_Work item_: Set down exactly, from the records below, the line with "v3 (-6.5,21,0)" through the line with "# FreeCAD 1.0 macro for this part", and nothing else.

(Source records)
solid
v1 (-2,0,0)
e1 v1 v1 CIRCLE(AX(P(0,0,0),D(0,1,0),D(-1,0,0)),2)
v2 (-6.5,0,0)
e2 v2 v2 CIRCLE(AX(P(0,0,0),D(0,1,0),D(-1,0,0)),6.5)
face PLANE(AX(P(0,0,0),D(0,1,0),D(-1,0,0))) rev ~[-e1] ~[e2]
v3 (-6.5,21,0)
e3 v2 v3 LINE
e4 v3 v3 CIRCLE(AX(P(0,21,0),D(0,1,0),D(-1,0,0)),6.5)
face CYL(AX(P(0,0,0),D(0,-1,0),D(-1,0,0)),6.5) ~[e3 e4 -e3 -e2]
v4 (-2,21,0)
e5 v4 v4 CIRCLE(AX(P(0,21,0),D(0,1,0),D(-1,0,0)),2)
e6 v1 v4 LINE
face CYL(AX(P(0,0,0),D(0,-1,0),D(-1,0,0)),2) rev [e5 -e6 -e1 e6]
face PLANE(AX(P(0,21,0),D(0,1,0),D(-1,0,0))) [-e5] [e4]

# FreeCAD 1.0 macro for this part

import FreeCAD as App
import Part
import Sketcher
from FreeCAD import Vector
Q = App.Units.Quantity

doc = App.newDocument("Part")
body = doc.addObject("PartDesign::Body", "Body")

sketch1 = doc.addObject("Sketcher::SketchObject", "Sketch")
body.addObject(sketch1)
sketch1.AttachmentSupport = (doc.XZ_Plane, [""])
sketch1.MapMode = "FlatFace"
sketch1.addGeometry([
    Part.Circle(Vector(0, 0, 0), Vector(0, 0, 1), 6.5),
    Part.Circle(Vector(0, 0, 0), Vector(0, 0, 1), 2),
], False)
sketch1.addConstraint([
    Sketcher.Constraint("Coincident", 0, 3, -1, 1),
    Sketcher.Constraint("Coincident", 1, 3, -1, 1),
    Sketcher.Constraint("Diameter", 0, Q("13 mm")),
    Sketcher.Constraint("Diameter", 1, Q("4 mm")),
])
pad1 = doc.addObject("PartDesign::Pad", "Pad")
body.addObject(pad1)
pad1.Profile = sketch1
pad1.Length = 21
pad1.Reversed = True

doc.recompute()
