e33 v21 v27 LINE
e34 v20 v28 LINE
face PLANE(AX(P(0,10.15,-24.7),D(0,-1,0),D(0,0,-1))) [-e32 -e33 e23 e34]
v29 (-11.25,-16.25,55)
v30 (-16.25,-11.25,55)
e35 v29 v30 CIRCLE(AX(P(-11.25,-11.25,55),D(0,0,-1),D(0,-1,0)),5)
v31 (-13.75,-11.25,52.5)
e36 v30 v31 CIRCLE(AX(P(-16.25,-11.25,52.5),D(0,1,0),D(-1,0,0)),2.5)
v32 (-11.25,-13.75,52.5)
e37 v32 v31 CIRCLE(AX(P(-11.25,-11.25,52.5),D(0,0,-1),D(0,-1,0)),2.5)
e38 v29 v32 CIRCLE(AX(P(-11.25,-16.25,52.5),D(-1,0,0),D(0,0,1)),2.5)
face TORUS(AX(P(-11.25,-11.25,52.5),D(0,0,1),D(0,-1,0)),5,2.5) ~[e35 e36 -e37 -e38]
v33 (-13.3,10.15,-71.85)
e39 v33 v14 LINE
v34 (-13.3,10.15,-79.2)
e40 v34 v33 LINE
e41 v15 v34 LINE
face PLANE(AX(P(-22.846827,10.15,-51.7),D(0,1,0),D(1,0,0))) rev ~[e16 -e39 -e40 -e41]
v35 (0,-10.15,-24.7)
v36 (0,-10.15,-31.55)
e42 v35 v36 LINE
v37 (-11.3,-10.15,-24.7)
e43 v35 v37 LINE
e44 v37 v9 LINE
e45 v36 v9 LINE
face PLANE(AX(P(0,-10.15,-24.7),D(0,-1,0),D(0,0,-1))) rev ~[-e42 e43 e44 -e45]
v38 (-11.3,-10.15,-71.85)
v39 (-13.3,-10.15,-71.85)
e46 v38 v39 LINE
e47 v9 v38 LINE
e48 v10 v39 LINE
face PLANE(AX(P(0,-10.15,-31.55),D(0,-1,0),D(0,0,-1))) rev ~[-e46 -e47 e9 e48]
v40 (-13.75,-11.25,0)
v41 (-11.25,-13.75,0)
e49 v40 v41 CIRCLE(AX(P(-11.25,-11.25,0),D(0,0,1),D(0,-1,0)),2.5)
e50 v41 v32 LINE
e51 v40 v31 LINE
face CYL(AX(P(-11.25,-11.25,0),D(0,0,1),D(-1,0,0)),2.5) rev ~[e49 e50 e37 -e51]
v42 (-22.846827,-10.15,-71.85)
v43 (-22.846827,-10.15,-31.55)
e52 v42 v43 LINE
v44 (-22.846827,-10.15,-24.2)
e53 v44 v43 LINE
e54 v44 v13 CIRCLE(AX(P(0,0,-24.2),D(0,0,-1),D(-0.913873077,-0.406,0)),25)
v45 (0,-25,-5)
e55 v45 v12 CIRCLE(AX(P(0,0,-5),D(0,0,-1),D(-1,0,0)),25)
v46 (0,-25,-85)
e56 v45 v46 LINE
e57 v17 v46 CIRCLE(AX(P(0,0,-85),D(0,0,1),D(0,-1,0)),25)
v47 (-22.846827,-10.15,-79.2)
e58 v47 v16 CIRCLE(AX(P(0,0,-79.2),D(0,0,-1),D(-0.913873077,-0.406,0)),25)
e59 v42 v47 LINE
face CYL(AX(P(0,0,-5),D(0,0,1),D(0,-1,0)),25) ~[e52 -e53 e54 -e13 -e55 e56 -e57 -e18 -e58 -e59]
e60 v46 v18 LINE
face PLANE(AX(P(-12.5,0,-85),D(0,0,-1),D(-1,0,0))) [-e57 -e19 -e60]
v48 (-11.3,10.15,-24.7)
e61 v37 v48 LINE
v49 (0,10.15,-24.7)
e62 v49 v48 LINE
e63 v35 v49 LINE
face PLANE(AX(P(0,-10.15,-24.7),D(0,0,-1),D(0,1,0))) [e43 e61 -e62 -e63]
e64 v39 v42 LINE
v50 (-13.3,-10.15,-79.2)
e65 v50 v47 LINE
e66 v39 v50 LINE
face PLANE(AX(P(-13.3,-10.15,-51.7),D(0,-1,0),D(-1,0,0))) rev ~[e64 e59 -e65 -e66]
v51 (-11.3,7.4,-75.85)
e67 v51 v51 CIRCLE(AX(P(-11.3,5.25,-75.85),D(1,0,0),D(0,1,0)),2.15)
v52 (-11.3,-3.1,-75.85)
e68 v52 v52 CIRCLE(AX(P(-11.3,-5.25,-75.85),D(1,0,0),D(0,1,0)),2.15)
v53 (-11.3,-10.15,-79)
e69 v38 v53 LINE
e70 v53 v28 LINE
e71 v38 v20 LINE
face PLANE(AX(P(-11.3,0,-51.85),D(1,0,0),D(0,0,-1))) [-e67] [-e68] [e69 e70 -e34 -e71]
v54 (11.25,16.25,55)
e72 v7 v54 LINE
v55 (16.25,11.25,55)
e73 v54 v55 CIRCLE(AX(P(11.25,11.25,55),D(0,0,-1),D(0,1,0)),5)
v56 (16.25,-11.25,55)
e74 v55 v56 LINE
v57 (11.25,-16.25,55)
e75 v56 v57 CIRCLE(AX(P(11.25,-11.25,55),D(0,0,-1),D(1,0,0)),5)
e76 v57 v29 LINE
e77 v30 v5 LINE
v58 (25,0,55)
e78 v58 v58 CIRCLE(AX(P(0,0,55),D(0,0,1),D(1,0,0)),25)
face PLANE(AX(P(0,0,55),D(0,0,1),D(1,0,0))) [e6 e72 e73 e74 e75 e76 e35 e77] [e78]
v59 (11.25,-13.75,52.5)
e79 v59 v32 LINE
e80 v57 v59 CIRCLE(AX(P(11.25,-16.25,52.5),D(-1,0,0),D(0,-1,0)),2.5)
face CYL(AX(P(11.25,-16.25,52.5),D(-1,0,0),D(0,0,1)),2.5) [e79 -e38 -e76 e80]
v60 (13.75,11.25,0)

_Result of the task_:
v3 (-6.5,21,0)
e3 v2 v3 LINE
e4 v3 v3 CIRCLE(AX(P(0,21,0),D(0,1,0),D(-1,0,0)),6.5)
face CYL(AX(P(0,0,0),D(0,-1,0),D(-1,0,0)),6.5) ~[e3 e4 -e3 -e2]
v4 (-2,21,0)
e5 v4 v4 CIRCLE(AX(P(0,21,0),D(0,1,0),D(-1,0,0)),2)
e6 v1 v4 LINE
face CYL(AX(P(0,0,0),D(0,-1,0),D(-1,0,0)),2) rev [e5 -e6 -e1 e6]
face PLANE(AX(P(0,21,0),D(0,1,0),D(-1,0,0))) [-e5] [e4]

# FreeCAD 1.0 macro for this part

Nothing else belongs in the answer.